Part the way down at Pondok Bunder a weighing point and rest house has a small shop for refreshments, plus some very sociable miners happy to explain the technique for carrying the sulphur baskets. I think I could have walked about 20m on the flat carrying the 75kg load I tried, and didn’t even consider picking up the 105kg basket pair. The miners are friendly, decent working men – I was happy to give approx 10,000IDR to each miner who I photographed or “borrowed” a basket pair from, which was accepted with reserved thanks – nothing awkward at all.
I was back at my hotel by 9am, and on a ferry across to Bali within a couple of hours more after 16 hours very well spent.

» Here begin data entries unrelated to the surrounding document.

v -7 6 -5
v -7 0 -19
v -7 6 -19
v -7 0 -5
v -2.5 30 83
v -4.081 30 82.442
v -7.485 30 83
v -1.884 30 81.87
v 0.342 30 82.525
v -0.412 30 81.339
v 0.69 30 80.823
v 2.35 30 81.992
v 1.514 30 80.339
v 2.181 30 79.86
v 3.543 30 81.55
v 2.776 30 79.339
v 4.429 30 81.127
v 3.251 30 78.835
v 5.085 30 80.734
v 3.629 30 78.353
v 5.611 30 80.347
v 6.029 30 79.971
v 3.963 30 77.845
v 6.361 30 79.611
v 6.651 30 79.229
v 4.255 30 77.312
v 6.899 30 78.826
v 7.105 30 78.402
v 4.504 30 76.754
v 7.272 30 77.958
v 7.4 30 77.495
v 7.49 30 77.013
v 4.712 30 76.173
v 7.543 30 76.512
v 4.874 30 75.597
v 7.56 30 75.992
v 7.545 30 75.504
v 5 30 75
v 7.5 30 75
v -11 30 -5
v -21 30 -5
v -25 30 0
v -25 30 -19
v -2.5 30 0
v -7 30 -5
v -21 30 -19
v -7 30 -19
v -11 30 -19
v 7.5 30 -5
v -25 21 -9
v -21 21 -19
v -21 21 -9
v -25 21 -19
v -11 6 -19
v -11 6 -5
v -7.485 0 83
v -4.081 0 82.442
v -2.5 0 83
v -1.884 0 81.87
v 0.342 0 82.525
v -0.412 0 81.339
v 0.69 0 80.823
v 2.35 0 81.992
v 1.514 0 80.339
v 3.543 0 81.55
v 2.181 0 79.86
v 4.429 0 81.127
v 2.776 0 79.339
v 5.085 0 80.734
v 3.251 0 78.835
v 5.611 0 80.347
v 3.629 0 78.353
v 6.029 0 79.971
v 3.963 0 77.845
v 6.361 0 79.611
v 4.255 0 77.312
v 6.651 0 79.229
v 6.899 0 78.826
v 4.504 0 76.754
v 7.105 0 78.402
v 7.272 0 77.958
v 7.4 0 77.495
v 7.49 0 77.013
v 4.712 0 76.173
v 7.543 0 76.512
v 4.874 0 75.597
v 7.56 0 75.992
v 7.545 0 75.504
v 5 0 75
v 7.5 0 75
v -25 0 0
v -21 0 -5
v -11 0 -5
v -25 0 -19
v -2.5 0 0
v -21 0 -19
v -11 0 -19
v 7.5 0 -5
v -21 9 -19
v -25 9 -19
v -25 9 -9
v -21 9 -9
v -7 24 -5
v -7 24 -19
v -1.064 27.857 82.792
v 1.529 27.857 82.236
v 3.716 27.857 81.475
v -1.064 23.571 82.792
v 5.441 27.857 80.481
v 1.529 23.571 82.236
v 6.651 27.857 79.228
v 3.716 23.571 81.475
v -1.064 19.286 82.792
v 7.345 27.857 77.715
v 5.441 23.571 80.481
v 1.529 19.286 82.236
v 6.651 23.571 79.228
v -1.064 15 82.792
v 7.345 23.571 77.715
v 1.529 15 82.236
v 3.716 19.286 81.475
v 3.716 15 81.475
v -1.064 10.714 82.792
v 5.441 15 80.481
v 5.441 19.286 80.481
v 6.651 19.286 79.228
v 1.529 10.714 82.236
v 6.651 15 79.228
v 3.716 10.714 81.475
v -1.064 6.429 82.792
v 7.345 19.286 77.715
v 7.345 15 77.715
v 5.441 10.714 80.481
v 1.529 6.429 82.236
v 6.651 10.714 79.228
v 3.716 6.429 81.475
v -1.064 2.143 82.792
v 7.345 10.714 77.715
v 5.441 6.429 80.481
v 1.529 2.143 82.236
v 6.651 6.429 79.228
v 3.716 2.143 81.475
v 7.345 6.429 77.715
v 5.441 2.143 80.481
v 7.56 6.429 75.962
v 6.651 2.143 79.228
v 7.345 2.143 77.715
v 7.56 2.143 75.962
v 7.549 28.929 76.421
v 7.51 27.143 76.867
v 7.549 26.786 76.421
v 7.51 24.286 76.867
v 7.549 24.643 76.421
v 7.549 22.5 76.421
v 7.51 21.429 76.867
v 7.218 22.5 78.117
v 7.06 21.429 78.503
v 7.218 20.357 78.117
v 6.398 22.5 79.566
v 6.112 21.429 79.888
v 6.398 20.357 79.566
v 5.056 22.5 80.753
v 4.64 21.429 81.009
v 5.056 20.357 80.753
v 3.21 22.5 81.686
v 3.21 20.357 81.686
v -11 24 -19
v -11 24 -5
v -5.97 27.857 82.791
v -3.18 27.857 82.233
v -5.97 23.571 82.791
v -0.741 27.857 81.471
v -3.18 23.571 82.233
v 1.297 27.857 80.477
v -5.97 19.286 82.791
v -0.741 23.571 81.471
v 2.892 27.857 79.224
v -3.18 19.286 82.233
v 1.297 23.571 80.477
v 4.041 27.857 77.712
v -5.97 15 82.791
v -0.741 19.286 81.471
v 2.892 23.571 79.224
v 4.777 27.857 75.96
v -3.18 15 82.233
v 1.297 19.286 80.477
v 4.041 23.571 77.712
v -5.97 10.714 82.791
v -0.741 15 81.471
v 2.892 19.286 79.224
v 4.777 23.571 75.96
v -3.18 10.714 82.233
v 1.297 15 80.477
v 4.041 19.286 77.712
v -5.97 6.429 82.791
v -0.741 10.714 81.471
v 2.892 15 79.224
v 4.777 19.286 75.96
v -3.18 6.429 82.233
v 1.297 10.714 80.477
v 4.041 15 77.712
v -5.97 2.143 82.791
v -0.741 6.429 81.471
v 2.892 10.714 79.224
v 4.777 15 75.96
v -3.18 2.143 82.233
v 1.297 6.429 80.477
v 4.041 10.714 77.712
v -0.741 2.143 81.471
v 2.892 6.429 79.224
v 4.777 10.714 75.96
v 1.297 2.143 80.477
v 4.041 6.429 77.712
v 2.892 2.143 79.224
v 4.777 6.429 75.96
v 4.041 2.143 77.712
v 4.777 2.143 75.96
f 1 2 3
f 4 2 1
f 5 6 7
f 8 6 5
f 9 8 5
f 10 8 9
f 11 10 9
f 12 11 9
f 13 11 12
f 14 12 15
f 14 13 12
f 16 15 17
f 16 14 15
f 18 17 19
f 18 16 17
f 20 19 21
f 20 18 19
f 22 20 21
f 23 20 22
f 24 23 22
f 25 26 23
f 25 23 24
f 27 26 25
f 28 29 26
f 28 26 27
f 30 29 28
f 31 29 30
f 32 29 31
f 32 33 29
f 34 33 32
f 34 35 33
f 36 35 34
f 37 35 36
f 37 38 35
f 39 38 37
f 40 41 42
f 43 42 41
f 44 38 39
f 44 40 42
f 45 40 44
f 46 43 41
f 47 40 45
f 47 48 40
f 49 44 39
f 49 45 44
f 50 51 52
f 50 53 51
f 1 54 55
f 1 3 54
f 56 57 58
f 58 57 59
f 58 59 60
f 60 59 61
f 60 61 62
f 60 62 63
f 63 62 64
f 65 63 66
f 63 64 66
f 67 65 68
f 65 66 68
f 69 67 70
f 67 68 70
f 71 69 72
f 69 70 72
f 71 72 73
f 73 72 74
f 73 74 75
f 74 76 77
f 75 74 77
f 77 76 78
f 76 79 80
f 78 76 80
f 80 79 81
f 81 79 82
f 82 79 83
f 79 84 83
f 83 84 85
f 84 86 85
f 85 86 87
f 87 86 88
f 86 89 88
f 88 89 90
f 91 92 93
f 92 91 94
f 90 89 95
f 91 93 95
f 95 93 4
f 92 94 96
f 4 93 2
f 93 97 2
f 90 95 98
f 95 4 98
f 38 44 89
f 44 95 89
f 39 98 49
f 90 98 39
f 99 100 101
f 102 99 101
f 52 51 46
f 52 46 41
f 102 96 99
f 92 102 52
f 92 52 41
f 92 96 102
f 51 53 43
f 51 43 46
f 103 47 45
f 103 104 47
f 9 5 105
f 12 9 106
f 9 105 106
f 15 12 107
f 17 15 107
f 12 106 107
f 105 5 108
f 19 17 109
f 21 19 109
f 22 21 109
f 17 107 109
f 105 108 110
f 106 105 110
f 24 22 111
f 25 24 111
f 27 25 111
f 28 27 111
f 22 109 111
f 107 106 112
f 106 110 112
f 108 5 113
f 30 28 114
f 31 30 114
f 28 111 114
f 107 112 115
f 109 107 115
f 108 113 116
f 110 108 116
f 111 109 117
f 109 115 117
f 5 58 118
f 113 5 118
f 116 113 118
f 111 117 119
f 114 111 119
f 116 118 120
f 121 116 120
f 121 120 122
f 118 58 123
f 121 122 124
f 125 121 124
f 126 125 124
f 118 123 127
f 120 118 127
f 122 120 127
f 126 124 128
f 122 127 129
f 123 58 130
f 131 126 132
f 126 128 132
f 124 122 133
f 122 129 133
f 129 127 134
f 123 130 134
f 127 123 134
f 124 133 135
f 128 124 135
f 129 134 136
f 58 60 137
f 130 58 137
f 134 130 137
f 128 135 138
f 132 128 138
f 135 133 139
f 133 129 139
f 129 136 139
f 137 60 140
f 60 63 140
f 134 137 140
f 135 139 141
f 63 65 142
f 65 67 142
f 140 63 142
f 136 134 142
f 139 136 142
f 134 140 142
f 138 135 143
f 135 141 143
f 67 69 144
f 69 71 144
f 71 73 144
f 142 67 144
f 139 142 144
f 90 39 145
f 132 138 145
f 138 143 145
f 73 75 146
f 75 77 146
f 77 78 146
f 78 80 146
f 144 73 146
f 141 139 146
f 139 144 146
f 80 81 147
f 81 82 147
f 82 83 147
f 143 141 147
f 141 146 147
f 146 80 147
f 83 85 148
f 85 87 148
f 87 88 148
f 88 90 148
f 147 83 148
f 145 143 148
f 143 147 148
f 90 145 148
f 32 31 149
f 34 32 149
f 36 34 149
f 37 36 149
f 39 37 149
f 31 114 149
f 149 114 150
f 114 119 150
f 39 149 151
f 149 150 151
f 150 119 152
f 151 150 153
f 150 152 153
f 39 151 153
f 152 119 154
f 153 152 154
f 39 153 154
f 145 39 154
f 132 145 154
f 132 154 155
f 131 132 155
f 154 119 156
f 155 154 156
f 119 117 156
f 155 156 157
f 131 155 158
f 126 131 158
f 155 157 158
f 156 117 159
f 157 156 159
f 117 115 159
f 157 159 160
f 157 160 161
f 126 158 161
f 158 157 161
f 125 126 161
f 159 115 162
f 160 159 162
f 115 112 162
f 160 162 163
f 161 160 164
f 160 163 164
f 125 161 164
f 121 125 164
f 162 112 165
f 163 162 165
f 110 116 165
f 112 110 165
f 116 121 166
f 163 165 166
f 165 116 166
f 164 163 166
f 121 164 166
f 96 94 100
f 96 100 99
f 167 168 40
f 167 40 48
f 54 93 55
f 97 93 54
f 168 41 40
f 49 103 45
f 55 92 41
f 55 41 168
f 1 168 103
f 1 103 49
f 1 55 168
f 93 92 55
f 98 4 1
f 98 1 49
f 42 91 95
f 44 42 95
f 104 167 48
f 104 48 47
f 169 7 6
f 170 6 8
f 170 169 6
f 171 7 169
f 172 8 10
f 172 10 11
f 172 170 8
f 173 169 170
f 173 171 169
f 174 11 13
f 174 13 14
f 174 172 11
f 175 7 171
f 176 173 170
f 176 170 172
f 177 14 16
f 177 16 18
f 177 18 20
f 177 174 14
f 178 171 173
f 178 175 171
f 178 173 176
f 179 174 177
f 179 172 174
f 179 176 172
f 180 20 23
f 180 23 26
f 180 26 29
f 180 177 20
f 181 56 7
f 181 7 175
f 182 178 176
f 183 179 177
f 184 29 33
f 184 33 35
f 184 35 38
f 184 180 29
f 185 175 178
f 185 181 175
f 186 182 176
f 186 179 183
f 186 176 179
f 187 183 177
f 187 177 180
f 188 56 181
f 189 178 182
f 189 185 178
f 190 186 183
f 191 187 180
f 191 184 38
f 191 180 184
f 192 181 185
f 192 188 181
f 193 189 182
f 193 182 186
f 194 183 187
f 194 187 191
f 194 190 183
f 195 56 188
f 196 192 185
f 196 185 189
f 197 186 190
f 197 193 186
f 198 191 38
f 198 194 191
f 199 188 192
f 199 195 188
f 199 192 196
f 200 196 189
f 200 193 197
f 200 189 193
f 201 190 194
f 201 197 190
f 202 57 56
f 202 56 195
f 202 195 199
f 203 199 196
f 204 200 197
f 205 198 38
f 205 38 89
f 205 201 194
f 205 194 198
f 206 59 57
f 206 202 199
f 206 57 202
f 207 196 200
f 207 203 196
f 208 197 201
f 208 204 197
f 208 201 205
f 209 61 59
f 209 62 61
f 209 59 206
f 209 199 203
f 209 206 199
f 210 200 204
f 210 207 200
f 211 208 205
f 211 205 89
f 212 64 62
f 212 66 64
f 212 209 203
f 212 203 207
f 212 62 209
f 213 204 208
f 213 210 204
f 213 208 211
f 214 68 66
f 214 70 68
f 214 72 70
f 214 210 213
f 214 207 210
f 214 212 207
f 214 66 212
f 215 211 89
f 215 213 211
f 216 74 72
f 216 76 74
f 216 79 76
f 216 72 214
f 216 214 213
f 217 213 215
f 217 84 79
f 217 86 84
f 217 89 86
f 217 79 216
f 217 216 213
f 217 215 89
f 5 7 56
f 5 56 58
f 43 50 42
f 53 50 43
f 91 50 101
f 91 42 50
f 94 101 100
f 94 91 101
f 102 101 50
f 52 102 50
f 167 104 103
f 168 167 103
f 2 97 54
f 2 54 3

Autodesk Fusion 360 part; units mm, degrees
sketch "Sketch1" plane through (0, 0, 0) normal (0, 1, 0) x (1, 0, 0)
  line L0 (-25, 0) -> (-25, 5)
  line L1 (-25, 5) -> (-25, 19)
  line L2 (-25, 19) -> (-21, 19)
  line L3 (-21, 19) -> (-21, 5)
  line L4 (-21, 5) -> (-11, 5)
  line L5 (-11, 5) -> (-11, 19)
  line L6 (-11, 19) -> (-7, 19)
  line L7 (-7, 19) -> (-7, 5)
  line L8 (-7, 5) -> (-2.5, 5)
  line L9 (-2.5, 5) -> (7.5, 5)
  line L10 (7.5, 5) -> (7.5, 0)
  line L11 (-25, 0) -> (-2.5, 0)
  line L12 (7.5, 0) -> (7.5, -5)
  line L13 (-7.4852, -82.9997) -> (-2.5, -83)
  spline S0 degree 5 poles (-7.4852, -82.9997) (-7.0499, -82.9476) (-6.1946, -82.8346) (-4.9577, -82.6382) (-3.4023, -82.3219) (-1.6257, -81.829) (-0.0341, -81.2286) (1.3528, -80.509) (2.5178, -79.6605) (3.4572, -78.6808) (4.1826, -77.5767) (4.6031, -76.6004) (4.8339, -75.819) (4.9508, -75.2766) (5, -75) knots 0 0 0 0 0 0 0.1 0.2 0.3 0.4 0.5 0.6 0.7 0.8 0.9 1 1 1 1 1 1
  line L14 (-2.5, 0) -> (5, -75)
  line L15 (5, -75) -> (7.5, -75)
  line L16 (7.5, -5) -> (7.5, -75)
  spline S1 degree 5 poles (-2.5, -83) (-2.0851, -82.9482) (-1.2732, -82.8357) (-0.1087, -82.64) (1.3356, -82.3244) (2.947, -81.8324) (4.3443, -81.2324) (5.5048, -80.5132) (6.4084, -79.6647) (7.0507, -78.6846) (7.4451, -77.5796) (7.5755, -76.6023) (7.5752, -75.8201) (7.5322, -75.277) (7.5, -75) knots 0 0 0 0 0 0 0.1 0.2 0.3 0.4 0.5 0.6 0.7 0.8 0.9 1 1 1 1 1 1
  point P0 (2, -80)
  point P1 (6, -80)
extrude "Extrude1" add sketch "Sketch1" along normal blind 30
sketch "Sketch2" plane through (-25, 0, 0) normal (-1, 0, 0) x (0, 0, 1)
  line L0 (-19, 0) -> (0, 0)
  line L1 (0, 0) -> (0, 30)
  line L2 (0, 30) -> (-19, 30)
  line L3 (-19, 30) -> (-19, 0)
  line L4 (0, 30) -> (-9, 30)
  line L5 (-9, 0) -> (0, 0)
  line L6 (0, 0) -> (0, 30)
  line L7 (-9, 30) -> (-19, 30)
  line L8 (-19, 30) -> (-19, 21)
  line L9 (-19, 21) -> (-9, 21)
  line L10 (-9, 0) -> (-19, 0)
  line L11 (-19, 0) -> (-19, 9)
  line L12 (-19, 9) -> (-9, 9)
  line L13 (-9, 21) -> (-19, 21)
  line L14 (-19, 21) -> (-19, 9)
  line L15 (-19, 9) -> (-9, 9)
  line L16 (-9, 9) -> (-9, 21)
extrude "Extrude2" cut sketch "Sketch2" against normal blind 4 contours L3 L9 L12 L13 L14 L15 L16
sketch "Sketch3" plane through (-7, 0, 0) normal (1, 0, 0) x (0, 0, -1)
  line L0 (5, 0) -> (19, 0)
  line L1 (19, 0) -> (19, 30)
  line L2 (19, 30) -> (5, 30)
  line L3 (5, 30) -> (5, 0)
  line L4 (5, 0) -> (19, 0)
  line L5 (19, 0) -> (19, 6)
  line L6 (19, 6) -> (5, 6)
  line L7 (5, 6) -> (5, 0)
  line L8 (5, 30) -> (19, 30)
  line L9 (19, 30) -> (19, 24)
  line L10 (19, 24) -> (5, 24)
  line L11 (5, 24) -> (5, 30)
  dimension "d29" = 6
  dimension "d30" = 6
extrude "Extrude3" cut sketch "Sketch3" against normal blind 4 contours L1 L3 L6 L10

Even as it grows in popularity, Kawah Ijen was a real highlight of my trip and I’m glad I skipped the crowds at Bromo to explore it, but do think carefully about whether you want to risk entering the crater as there are significant risks to consider. If it’s not for you, I’d still recommend walking up to the crater rim in the daylight as many do – a lovely short trek in the cooler air of the volcano’s slopes.